I look up at the hole in the rocks above me, and then I head towards it. I crouch to enter the cave.
Inside, I perch on a slab, and I switch on the light on my phone. Everything is pink and glistening.
The water in this cave is said to be holy. This has been a pilgrimage site for hundreds of years, helping ease sickness and grief. I dip my hand into a shallow pool and feel a tingle run up my arm, straight to my heart.
“Mum,” I whisper. “I miss you.”
My voice echoes around the chamber.
Mum’s ashes ended up in the sea. Dad tipped them off the pier at Weston-super-Mare. He left me at home with my aunt Marie. I don’t remember that day, but I do remember searching for my mum in rock pools while I was on holiday in South Wales.

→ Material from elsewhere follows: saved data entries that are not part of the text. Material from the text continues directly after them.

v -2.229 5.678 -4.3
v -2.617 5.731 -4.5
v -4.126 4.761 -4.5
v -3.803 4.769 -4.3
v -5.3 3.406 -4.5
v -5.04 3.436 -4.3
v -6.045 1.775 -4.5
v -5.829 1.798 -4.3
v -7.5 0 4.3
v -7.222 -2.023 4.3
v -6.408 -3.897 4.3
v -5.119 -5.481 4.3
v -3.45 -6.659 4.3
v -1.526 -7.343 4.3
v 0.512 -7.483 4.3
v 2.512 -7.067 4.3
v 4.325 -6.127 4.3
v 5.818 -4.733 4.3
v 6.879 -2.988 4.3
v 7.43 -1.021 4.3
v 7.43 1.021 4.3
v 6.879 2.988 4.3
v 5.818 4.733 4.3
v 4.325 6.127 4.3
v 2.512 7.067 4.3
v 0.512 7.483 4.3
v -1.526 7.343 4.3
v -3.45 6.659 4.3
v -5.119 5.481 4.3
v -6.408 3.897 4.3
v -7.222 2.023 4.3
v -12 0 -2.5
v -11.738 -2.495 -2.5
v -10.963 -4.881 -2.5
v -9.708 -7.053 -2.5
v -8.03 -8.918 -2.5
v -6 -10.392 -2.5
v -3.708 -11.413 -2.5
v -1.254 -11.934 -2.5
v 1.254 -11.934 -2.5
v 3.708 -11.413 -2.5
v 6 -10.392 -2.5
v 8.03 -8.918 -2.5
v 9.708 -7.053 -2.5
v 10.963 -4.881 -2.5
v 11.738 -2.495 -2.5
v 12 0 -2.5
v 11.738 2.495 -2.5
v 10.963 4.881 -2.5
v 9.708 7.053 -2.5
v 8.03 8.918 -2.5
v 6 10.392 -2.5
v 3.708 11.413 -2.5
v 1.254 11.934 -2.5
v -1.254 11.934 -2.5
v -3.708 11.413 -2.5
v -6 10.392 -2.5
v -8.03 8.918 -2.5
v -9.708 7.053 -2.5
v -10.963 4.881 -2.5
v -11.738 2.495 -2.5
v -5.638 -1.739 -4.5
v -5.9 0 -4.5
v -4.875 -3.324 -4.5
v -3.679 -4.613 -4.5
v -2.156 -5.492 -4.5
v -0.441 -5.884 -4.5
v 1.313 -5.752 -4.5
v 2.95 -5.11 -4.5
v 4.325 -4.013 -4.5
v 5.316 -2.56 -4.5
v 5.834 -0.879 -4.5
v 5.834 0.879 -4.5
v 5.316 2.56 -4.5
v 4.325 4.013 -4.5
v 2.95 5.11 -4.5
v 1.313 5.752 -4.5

I wonder when my next dive will be. Obviously, I haven’t quit diving yet—not now that everything’s so uncertain. If James is going to leave me, what’s the point? But I’m not missing it as I normally do.
Soon, the water will rise so much that going back won’t be an option.
I climb down the steps and emerge into the afternoon sunlight, flooded with unexpected relief.
As I retrace my steps back towards the main beach, my phone vibrates. Is Rachel calling to check I haven’t killed myself? Is James ready to talk? No. It’s a London number.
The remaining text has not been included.